Records contained in a dataset:
○ ○ ○ ○ ○ ○ ○

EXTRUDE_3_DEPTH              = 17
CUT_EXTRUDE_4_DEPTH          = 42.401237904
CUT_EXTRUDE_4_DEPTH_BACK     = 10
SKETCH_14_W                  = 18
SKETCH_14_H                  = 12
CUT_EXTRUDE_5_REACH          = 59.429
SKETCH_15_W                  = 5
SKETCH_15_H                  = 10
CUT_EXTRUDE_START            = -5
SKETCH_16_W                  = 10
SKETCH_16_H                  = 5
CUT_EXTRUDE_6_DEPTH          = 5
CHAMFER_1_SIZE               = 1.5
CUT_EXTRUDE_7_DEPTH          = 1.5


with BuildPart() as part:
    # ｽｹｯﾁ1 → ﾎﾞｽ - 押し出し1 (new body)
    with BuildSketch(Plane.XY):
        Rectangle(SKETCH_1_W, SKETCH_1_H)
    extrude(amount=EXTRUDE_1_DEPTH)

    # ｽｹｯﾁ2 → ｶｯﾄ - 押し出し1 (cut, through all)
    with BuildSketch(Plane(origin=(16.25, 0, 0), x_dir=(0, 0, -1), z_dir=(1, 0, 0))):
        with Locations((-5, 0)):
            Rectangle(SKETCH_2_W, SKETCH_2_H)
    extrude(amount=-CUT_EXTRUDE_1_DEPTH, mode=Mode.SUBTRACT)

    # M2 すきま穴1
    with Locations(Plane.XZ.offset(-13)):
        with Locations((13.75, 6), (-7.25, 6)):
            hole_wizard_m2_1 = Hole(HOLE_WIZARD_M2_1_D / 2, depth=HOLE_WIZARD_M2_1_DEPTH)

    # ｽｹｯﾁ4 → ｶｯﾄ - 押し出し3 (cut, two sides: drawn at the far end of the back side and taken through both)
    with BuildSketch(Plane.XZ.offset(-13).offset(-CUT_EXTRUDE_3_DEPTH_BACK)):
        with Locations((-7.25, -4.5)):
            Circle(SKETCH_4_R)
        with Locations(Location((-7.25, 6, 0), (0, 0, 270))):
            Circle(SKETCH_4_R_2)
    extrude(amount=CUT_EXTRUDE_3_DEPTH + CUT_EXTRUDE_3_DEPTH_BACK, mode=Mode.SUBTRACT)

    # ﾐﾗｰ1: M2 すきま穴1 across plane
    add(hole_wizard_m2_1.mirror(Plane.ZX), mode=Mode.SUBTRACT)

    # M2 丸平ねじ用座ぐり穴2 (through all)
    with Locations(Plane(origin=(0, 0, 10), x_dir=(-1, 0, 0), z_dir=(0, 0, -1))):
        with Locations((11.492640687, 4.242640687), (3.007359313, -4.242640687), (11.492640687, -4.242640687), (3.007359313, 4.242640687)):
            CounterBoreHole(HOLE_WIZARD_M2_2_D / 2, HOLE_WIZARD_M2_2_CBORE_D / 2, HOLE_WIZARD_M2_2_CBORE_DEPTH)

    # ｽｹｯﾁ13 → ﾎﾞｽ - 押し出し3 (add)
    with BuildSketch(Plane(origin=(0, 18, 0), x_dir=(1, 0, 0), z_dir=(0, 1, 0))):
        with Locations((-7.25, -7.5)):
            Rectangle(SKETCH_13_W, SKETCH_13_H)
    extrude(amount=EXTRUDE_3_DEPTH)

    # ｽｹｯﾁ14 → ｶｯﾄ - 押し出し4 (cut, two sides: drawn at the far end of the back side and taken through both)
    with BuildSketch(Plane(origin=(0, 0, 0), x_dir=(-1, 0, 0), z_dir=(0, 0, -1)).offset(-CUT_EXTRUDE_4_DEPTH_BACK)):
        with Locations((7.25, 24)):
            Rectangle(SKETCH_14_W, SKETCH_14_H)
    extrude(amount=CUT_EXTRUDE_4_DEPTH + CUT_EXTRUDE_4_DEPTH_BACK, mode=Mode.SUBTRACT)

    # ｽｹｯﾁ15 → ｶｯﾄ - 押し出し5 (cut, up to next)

○ ○ ○ ○ ○ ○ ○

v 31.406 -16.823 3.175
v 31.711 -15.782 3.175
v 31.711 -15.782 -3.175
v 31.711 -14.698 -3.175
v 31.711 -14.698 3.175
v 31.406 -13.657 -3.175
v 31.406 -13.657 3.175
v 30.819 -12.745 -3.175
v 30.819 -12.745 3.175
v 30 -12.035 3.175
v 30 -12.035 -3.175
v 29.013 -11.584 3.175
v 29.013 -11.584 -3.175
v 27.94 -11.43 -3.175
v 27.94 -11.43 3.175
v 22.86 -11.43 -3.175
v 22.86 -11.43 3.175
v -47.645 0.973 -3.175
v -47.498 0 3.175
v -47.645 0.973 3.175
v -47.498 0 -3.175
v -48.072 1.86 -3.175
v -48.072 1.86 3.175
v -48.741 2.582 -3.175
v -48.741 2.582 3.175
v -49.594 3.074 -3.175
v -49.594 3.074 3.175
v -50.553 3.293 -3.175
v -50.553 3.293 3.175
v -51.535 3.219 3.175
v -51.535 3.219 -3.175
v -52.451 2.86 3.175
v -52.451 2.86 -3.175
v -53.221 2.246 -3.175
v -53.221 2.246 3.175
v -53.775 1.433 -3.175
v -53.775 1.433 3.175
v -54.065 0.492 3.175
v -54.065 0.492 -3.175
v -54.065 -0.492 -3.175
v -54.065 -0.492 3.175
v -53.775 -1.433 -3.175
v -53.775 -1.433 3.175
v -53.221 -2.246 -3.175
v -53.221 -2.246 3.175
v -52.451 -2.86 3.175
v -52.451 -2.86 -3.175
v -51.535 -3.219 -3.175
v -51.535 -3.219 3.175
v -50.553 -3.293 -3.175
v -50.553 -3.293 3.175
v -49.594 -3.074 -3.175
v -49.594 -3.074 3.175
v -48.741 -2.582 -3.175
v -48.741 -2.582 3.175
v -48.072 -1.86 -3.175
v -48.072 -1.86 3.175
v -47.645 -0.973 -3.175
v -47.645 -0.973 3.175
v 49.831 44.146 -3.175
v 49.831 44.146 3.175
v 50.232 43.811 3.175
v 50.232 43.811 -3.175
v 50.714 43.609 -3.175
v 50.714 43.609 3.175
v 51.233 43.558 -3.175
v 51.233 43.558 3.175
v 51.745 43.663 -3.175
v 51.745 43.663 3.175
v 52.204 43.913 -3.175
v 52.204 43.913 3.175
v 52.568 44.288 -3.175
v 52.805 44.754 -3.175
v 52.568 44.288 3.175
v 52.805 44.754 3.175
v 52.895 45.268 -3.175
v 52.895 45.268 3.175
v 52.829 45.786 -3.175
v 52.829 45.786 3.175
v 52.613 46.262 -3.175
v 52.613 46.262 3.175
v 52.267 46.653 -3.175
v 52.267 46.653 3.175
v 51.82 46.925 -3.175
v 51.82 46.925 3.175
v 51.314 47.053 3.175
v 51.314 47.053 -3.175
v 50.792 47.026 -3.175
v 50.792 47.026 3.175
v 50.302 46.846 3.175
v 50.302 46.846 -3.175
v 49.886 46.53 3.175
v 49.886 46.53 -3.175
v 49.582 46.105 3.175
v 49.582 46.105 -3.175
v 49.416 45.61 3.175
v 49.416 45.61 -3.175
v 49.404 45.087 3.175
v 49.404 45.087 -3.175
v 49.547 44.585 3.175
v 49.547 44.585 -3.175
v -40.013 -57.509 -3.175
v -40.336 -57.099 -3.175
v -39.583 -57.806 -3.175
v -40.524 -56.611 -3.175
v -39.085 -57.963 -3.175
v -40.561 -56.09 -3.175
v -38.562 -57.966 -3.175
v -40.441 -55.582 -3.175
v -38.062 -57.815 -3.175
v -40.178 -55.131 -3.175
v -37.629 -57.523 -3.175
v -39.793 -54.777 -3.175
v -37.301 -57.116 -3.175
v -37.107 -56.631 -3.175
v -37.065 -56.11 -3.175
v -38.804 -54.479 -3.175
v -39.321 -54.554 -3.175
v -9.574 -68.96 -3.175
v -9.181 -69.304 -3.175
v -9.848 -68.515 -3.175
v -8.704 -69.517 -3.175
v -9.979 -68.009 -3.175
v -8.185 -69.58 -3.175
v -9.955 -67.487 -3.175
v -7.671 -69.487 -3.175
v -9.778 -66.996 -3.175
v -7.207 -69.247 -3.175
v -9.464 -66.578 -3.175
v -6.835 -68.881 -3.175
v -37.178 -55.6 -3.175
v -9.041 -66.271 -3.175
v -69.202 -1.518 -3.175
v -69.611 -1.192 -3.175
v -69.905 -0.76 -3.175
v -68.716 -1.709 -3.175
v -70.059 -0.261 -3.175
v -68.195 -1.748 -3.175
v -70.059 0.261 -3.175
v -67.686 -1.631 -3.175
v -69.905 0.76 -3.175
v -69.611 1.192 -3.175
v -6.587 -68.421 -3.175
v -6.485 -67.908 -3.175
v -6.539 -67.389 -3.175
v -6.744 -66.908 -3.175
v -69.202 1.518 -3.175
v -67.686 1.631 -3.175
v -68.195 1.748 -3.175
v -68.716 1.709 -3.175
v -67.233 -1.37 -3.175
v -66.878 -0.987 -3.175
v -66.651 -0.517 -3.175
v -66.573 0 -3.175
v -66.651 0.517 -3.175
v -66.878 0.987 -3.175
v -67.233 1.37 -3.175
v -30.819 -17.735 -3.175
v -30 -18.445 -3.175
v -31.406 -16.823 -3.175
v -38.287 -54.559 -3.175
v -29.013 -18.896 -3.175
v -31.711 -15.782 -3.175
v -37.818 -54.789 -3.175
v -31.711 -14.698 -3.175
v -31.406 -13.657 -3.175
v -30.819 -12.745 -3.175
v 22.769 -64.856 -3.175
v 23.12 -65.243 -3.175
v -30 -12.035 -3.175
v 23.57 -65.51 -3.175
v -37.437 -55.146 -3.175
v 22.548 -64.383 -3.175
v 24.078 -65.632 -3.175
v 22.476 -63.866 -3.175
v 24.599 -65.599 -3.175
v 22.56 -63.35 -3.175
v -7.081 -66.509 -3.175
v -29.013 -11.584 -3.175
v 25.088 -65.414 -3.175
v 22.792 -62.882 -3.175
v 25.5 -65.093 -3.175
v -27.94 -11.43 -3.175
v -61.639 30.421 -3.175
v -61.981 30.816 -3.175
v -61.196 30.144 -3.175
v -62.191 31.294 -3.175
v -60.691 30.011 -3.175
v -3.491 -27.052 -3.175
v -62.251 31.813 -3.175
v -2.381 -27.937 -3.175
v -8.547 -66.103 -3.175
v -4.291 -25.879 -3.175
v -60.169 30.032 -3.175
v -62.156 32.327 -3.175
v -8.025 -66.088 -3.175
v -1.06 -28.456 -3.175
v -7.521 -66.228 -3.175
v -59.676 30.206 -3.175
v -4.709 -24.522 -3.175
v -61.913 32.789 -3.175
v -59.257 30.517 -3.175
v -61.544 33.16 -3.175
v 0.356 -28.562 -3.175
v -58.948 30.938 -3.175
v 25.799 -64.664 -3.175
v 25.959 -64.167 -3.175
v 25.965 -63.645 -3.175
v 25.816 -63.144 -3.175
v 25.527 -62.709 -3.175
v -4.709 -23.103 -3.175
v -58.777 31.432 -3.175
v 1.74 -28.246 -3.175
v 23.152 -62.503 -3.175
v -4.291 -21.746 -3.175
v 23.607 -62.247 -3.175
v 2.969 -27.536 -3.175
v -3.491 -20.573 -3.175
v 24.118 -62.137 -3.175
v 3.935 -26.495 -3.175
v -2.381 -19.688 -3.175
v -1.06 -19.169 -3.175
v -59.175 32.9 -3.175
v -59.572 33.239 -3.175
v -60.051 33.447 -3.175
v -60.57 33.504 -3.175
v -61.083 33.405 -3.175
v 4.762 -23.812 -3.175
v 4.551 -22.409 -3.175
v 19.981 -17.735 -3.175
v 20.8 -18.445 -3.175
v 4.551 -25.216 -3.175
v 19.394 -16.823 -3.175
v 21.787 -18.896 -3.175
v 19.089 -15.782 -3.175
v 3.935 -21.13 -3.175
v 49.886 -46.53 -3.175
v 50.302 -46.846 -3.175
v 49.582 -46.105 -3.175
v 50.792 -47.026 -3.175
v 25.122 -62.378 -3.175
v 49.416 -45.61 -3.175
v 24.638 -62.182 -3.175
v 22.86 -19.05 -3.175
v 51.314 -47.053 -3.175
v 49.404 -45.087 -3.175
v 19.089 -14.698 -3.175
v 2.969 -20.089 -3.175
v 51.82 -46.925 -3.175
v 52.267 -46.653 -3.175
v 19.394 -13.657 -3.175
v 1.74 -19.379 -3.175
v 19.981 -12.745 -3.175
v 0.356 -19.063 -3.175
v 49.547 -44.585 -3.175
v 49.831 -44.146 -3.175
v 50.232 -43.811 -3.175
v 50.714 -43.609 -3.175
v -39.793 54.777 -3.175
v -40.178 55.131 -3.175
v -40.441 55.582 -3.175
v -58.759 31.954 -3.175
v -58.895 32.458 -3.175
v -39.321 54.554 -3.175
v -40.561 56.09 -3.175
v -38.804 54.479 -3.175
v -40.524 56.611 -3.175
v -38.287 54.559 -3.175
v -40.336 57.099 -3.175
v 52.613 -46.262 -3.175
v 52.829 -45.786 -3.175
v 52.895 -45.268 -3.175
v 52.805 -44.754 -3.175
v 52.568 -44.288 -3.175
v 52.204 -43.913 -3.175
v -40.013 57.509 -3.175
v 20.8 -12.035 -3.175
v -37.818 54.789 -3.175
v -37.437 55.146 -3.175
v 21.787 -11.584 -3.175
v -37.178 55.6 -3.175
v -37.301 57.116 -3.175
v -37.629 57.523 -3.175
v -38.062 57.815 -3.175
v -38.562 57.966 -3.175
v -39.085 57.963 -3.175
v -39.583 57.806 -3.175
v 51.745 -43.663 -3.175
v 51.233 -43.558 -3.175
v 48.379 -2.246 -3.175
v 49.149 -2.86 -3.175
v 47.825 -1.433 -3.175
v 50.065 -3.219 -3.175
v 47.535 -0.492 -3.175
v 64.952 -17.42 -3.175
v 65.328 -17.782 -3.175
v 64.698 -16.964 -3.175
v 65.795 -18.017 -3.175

○ ○ ○ ○ ○ ○ ○

> Work order
What is the number of lines in the entries above that contain the string "sides"? Reply with the number and nothing more.

> Response below
2